Insegnamento a.a. 2011-2012

20252 - INFORMATION AND THE ARCHITECTURE OF FINANCIAL MARKETS


CLMG - M - IM - MM - AFC - CLAPI - CLEFIN-FINANCE - CLELI - ACME - DES-ESS - EMIT

Department of Finance

Course taught in English

Go to class group/s: 31
CLMG (6 credits - I sem. - OP  |  SECS-P/01) - M (6 credits - I sem. - OP  |  SECS-P/01) - IM (6 credits - I sem. - OP  |  SECS-P/01) - MM (6 credits - I sem. - OP  |  SECS-P/01) - AFC (6 credits - I sem. - OP  |  SECS-P/01) - CLAPI (6 credits - I sem. - OP  |  SECS-P/01) - CLEFIN-FINANCE (6 credits - I sem. - OP  |  SECS-P/01) - CLELI (6 credits - I sem. - OP  |  SECS-P/01) - ACME (6 credits - I sem. - OP  |  SECS-P/01) - DES-ESS (6 credits - I sem. - OP  |  SECS-P/01) - EMIT (6 credits - I sem. - OP  |  SECS-P/01)
Course Director:
BARBARA RINDI

Classes: 31 (I sem.)
Instructors:
Class 31: BARBARA RINDI



Course Objectives

The objective of this course is to provide a comprehensive guide to the theoretical and empirical works developed in the field of market microstructure. Market microstructure is about studying the pricing process under explicit trading rules. While financial economics usually neglects the mechanics of trading, microstructure literature studies how different trading mechanisms affect the price formation process.

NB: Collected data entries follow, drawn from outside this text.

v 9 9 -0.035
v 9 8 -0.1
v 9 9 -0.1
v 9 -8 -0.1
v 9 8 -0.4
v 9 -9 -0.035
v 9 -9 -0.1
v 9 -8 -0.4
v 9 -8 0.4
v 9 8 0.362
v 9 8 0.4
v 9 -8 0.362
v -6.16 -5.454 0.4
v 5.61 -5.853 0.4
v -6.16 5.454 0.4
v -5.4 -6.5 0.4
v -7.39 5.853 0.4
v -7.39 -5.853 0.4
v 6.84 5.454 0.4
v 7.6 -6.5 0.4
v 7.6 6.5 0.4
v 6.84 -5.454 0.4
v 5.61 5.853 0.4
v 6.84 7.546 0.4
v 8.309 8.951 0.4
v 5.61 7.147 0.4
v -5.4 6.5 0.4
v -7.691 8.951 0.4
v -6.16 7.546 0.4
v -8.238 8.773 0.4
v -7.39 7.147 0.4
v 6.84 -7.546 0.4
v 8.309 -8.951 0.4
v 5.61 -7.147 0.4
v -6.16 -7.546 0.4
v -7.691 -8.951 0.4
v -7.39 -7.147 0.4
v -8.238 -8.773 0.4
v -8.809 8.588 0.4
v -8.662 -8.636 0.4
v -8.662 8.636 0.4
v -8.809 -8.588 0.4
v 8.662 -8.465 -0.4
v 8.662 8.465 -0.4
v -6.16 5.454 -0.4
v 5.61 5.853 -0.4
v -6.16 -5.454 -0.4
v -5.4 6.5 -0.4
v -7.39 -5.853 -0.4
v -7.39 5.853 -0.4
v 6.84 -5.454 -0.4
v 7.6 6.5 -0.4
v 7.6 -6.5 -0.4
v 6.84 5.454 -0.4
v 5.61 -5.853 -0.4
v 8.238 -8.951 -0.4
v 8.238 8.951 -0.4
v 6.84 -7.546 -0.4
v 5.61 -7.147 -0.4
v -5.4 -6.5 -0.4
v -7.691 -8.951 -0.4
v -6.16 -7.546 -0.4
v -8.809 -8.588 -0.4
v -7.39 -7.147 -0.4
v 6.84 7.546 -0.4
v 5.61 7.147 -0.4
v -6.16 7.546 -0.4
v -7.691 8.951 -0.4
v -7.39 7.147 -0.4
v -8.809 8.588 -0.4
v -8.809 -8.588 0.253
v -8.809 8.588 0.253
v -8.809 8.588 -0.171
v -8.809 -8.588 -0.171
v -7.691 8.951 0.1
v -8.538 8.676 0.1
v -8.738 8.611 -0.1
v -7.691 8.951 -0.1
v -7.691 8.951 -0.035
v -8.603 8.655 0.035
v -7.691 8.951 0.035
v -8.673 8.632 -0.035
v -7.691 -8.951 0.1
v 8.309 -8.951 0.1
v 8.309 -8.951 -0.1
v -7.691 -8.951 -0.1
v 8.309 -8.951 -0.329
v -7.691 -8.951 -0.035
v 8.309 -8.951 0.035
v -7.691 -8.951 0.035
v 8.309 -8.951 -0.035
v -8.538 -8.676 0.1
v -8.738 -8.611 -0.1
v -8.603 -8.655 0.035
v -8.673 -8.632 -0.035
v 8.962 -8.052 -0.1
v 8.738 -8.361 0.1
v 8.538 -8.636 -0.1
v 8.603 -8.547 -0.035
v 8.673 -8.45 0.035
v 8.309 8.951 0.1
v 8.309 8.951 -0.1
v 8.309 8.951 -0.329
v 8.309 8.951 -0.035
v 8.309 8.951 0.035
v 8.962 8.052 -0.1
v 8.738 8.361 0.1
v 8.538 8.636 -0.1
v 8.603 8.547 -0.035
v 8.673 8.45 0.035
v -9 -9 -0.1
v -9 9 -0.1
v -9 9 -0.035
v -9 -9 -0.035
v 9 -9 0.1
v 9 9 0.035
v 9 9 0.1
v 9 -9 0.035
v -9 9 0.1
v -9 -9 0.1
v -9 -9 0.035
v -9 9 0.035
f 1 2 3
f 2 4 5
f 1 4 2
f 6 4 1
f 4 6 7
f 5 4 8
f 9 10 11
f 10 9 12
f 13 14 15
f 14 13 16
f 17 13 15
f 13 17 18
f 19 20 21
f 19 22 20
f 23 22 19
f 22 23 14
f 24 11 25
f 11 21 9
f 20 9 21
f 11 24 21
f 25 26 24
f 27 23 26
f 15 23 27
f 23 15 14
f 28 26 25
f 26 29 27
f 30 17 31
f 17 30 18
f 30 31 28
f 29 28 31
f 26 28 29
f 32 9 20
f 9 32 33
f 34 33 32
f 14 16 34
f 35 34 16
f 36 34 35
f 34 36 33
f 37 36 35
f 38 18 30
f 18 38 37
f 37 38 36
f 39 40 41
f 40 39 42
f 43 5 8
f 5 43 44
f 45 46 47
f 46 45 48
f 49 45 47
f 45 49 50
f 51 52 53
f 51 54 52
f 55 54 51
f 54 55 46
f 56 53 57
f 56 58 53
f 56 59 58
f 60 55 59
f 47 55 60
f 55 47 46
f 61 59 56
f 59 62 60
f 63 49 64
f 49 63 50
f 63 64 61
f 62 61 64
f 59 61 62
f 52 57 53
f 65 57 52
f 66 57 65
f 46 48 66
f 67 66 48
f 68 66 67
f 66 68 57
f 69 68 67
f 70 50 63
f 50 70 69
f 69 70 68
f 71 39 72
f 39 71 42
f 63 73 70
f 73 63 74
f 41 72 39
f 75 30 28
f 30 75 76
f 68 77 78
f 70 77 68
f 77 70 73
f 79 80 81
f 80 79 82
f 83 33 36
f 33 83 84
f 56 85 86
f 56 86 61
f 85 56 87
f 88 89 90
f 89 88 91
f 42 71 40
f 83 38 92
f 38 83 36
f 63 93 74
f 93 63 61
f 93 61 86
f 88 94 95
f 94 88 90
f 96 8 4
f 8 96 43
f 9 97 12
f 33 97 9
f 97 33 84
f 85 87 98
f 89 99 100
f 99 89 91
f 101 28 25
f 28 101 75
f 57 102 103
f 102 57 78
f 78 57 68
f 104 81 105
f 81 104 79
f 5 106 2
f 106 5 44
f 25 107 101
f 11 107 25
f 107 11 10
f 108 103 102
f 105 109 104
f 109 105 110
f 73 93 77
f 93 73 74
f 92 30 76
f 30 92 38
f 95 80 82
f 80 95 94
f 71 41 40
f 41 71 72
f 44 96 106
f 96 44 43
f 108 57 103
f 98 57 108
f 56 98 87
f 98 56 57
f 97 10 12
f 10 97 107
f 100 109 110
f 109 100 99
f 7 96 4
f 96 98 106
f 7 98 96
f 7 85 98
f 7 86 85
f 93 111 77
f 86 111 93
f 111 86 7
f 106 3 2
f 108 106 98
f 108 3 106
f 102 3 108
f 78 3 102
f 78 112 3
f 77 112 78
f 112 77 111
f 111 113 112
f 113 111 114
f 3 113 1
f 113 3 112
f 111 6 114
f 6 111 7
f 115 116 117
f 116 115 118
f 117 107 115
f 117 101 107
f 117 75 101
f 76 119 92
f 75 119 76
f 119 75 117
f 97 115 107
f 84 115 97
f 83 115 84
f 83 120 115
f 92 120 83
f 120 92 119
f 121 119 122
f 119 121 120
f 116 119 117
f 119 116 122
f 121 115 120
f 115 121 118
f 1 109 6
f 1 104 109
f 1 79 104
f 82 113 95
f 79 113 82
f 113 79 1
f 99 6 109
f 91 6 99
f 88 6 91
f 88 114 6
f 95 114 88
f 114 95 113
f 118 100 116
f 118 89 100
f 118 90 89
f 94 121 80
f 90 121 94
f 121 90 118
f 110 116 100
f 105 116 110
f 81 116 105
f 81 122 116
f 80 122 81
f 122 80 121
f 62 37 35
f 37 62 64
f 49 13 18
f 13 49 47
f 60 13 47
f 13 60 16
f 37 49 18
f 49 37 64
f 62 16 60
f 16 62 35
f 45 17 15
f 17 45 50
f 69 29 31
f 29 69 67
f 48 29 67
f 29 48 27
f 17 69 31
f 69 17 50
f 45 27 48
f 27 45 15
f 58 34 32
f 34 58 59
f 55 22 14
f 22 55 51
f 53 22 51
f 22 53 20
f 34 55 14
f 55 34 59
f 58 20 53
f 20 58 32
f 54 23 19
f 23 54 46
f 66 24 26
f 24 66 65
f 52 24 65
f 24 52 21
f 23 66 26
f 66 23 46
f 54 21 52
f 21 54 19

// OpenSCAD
// Parameters
pcb_L = 18.0; //[9.0:36.0:0.1]
pcb_W = 18.0; //[9.0:36.0:0.1]
pcb_T = 0.8; //[0.4:1.6:0.05]
copper_T = 0.035; //[0.017:0.07:0.001]
mask_T = 0.02; //[0.01:0.05:0.001]
silk_T = 0.01; //[0.005:0.03:0.001]
corner_R = 1.0; //[0.5:2.0:0.1]
edge_chamfer = 0.3; //[0.1:0.8:0.05]
mount_hole_d = 2.0; //[1.0:3.5:0.1]
mount_hole_edge_margin = 2.5; //[1.5:5.0:0.1]
hole_clearance_extra = 0.2; //[0.0:0.6:0.05]

// PCB Body with Rounded Corners
module pcb_body_rounded() {
  difference() {
    intersection() {
      cube([pcb_L, pcb_W, pcb_T], center=true);
      hull() {
        translate([pcb_L/2 - corner_R, pcb_W/2 - corner_R, 0])
          cylinder(r=corner_R, h=pcb_T + 2*(copper_T + mask_T + silk_T), center=true);
        translate([-pcb_L/2 + corner_R, pcb_W/2 - corner_R, 0])
          cylinder(r=corner_R, h=pcb_T + 2*(copper_T + mask_T + silk_T), center=true);
        translate([-pcb_L/2 + corner_R, -pcb_W/2 + corner_R, 0])
          cylinder(r=corner_R, h=pcb_T + 2*(copper_T + mask_T + silk_T), center=true);
        translate([pcb_L/2 - corner_R, -pcb_W/2 + corner_R, 0])
          cylinder(r=corner_R, h=pcb_T + 2*(copper_T + mask_T + silk_T), center=true);
      }
    }
    // Edge Chamfers
    for (x = [-1, 1])
      for (y = [-1, 1])
        translate([x * (pcb_L/2 - edge_chamfer/2), y * (pcb_W/2 - edge_chamfer/2), 0])
          rotate([0, 45, 0])
            cube([edge_chamfer, pcb_W + 2*edge_chamfer, pcb_T + 2*(copper_T + mask_T + silk_T) + 2*edge_chamfer], center=true);
  }
}

// Copper Layers
module copper_layers() {
  union() {
    translate([0, 0, pcb_T/2 + copper_T/2 - 0.5])
      cube([pcb_L, pcb_W, copper_T], center=true);
    translate([0, 0, -pcb_T/2 - copper_T/2 + 0.5])
      cube([pcb_L, pcb_W, copper_T], center=true);
  }
}

// Solder Mask
module solder_mask() {
  union() {
    translate([0, 0, pcb_T/2 + copper_T + mask_T/2 - 0.5])
      cube([pcb_L, pcb_W, mask_T], center=true);
    translate([0, 0, -pcb_T/2 - copper_T - mask_T/2 + 0.5])
      cube([pcb_L, pcb_W, mask_T], center=true);
  }
}

// Silkscreen
module silkscreen() {
  union() {
    translate([0, 0, pcb_T/2 + copper_T + mask_T + silk_T/2 - 0.5])
      cube([pcb_L, pcb_W, silk_T], center=true);
    translate([0, 0, -pcb_T/2 - copper_T - mask_T - silk_T/2 + 0.5])
      cube([pcb_L, pcb_W, silk_T], center=true);
  }
}

// Mounting Holes
module mounting_holes() {
  for (x = [-1, 1])
    for (y = [-1, 1])
      translate([x * (pcb_L/2 - mount_hole_edge_margin), y * (pcb_W/2 - mount_hole_edge_margin), 0])
        cylinder(r=(mount_hole_d + hole_clearance_extra)/2, h=pcb_T + 2*(copper_T + mask_T + silk_T) + 2, center=true);
}

// Complete PCB Model
module complete_model() {
  difference() {
    union() {
      pcb_body_rounded();
      copper_layers();
      solder_mask();
      silkscreen();
    }
    mounting_holes();
  }
}

// Render the complete model
color([0.0, 0.4, 0.2]) // PCB green color
complete_model();
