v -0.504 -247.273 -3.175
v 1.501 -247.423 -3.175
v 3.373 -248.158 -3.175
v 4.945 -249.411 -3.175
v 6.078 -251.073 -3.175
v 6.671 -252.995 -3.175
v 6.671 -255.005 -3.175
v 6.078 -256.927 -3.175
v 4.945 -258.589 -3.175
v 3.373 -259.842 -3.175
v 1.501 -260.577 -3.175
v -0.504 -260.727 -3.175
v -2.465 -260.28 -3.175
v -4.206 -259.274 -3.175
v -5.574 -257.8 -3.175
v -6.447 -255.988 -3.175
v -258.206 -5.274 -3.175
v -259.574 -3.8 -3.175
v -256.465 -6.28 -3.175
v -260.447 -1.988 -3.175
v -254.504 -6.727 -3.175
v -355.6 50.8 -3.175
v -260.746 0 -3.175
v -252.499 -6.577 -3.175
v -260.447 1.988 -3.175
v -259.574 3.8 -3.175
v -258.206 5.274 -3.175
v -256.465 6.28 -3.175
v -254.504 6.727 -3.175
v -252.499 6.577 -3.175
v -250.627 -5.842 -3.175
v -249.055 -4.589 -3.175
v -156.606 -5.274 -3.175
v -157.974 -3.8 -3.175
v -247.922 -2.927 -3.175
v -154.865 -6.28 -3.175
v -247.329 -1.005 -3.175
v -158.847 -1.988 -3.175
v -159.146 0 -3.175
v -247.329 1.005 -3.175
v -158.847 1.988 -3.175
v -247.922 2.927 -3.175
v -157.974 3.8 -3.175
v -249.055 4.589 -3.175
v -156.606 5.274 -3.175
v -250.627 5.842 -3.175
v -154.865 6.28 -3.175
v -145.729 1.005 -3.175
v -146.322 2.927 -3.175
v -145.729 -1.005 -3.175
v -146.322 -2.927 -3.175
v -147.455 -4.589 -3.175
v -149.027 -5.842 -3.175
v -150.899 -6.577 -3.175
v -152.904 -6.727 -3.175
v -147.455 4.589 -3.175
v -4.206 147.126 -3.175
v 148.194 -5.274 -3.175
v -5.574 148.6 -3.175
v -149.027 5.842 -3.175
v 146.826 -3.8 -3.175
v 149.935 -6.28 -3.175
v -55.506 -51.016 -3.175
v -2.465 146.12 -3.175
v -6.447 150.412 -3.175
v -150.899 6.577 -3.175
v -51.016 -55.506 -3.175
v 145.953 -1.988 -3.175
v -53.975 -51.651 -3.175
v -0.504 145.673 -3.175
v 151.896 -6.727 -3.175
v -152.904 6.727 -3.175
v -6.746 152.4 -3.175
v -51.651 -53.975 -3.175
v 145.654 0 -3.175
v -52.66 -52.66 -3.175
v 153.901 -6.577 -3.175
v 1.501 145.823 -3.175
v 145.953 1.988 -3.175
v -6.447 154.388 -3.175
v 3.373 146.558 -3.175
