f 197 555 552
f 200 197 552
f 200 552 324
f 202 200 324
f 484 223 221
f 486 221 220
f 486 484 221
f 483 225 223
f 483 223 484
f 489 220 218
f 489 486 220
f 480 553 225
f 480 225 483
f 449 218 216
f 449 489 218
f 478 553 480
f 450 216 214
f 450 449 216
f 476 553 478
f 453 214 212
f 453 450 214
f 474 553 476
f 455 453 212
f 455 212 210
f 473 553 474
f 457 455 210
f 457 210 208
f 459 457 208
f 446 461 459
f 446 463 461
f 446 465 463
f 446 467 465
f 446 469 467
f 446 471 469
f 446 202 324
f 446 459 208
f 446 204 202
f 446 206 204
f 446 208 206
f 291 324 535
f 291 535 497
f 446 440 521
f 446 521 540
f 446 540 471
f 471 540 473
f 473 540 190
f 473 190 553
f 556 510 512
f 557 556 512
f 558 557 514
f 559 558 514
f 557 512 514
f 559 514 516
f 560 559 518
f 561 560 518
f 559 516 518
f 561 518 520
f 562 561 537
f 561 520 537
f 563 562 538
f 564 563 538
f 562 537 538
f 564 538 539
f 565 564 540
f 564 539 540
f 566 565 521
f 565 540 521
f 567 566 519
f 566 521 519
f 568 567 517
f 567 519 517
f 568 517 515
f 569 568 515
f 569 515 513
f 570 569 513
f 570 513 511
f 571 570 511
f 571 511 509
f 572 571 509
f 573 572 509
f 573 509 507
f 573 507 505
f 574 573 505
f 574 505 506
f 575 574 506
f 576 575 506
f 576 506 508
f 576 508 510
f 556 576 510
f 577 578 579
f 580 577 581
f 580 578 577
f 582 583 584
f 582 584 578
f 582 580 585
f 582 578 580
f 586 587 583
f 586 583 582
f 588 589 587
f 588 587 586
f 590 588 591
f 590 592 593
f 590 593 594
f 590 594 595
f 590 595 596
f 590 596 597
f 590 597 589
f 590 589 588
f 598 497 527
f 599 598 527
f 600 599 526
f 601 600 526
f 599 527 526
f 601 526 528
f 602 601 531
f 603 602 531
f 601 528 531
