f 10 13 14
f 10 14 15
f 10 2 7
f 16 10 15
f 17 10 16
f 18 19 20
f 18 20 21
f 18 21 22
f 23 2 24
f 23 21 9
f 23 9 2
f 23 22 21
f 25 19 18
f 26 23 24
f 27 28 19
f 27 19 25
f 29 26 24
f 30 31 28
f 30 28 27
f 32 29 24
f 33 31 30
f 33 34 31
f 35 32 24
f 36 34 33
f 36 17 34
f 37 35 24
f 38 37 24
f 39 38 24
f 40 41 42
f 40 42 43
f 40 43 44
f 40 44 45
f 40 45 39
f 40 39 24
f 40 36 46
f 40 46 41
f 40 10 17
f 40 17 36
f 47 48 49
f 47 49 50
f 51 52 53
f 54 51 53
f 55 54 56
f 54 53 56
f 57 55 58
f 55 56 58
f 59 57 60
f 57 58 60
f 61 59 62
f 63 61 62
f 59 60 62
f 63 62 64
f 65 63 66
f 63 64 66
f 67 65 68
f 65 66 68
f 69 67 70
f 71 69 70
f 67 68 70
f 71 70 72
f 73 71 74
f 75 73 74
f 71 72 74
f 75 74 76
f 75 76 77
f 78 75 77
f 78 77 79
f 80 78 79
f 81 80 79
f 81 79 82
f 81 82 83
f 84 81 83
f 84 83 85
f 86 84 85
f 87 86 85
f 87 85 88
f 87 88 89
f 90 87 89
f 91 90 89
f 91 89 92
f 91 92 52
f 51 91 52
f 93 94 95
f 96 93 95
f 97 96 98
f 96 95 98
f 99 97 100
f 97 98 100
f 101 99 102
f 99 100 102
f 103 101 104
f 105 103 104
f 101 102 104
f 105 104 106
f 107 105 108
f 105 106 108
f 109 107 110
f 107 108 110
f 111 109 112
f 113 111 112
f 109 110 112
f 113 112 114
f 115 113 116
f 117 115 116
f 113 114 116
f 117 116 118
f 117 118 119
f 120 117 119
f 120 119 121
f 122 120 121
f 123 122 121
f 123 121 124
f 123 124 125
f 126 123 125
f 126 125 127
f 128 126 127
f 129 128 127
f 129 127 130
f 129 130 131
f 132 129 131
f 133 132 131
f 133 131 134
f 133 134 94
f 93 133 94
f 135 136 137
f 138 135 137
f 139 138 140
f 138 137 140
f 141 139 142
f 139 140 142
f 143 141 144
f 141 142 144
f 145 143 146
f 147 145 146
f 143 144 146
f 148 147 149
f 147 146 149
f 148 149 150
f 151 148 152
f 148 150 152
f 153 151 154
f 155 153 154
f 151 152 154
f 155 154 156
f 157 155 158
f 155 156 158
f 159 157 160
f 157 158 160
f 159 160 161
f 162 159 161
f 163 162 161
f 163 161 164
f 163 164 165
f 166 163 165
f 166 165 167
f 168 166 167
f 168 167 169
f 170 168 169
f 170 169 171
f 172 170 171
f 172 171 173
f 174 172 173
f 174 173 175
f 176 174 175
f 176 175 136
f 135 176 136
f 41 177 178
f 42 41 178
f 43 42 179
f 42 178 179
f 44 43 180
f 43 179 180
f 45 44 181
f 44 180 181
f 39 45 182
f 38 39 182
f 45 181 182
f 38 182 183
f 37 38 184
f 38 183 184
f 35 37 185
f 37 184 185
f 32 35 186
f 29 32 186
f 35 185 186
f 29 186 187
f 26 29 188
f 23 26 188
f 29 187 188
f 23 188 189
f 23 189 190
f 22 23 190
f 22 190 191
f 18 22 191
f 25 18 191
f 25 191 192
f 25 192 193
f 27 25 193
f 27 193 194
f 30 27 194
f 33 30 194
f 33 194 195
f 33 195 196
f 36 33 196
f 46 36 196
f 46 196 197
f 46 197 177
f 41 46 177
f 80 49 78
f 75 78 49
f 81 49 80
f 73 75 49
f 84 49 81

Therefore, contrary to the standard asset pricing approach, this field of research assigns a role to transaction costs, asymmetric information and agents' strategic behaviour.

The course is divided into three main sections.

  • Institutions: thorough description of the core features of financial markets structure.
  • Theory: focus on the fundamental models of market microstructure and on some more advanced models that describe how the most sophisticated electronic platforms for trading financial instruments work; use of the models' results to discuss issues on financial market design and regulation.
  • Empirical microstructure: test of the empirical predictions from the theory and use of empirical (structural) models to estimate transaction costs, to explain the components of the bid-ask spread and to interpret anomalous price dynamics. Overview of high frequency datasets.

Course Content Summary

Institutions:

  • Brief description of how a limit order book works: market structures, market participants, orders and order properties; trading rules (order precedence and trade pricing rules) and price discovery. Centralization vs fragmentation of trading.

Theory:

  • Models of dealer markets: OTC markets and dealer-based NASDAQ.
  • Information-based models of batch auctions (as opening/closing auctions or intraday auctions): from CAPM to REE models.
  • Models of auction markets (specialist-based NYSE), price discovery and strategic market participants.
  • Inventory-based models and tests of empirical predictions.
  • Models of Limit Order Books: order-driven NASDAQ, ECN, MTF, Euronext, TradElect etc.
  • Models of intermarket competition and Dark Pools.
  • Models of Dealer Markets: OTC markets and dealer-based NASDAQ.

Empirical microstructure:

  • Empirical models of bid-ask spread: order processing, inventory and adverse selection.
  • Estimate of the probability of informed trading (PIN) and extensions.
  • Liquidity and asset pricing.
  • Price discovery and the price effect of trading.
  • Upstairs markets and block trading.

Detailed Description of Assessment Methods

Attending students

Attending students are graded through a written final exam; students may choose to integrate the exam with a written essay.

Non-attending students

Non-attending students may choose between a written exam and a written essay.


Textbooks

  • JONG, RINDI, The Microstructure of Financial Markets, Cambridge University Press, 2009.
  • Articles from Journals: a detailed reading list is provided at the beginning of the course.
Exam textbooks & Online Articles (check availability at the Library)

Prerequisites

Basic mathematics, statistics and finance.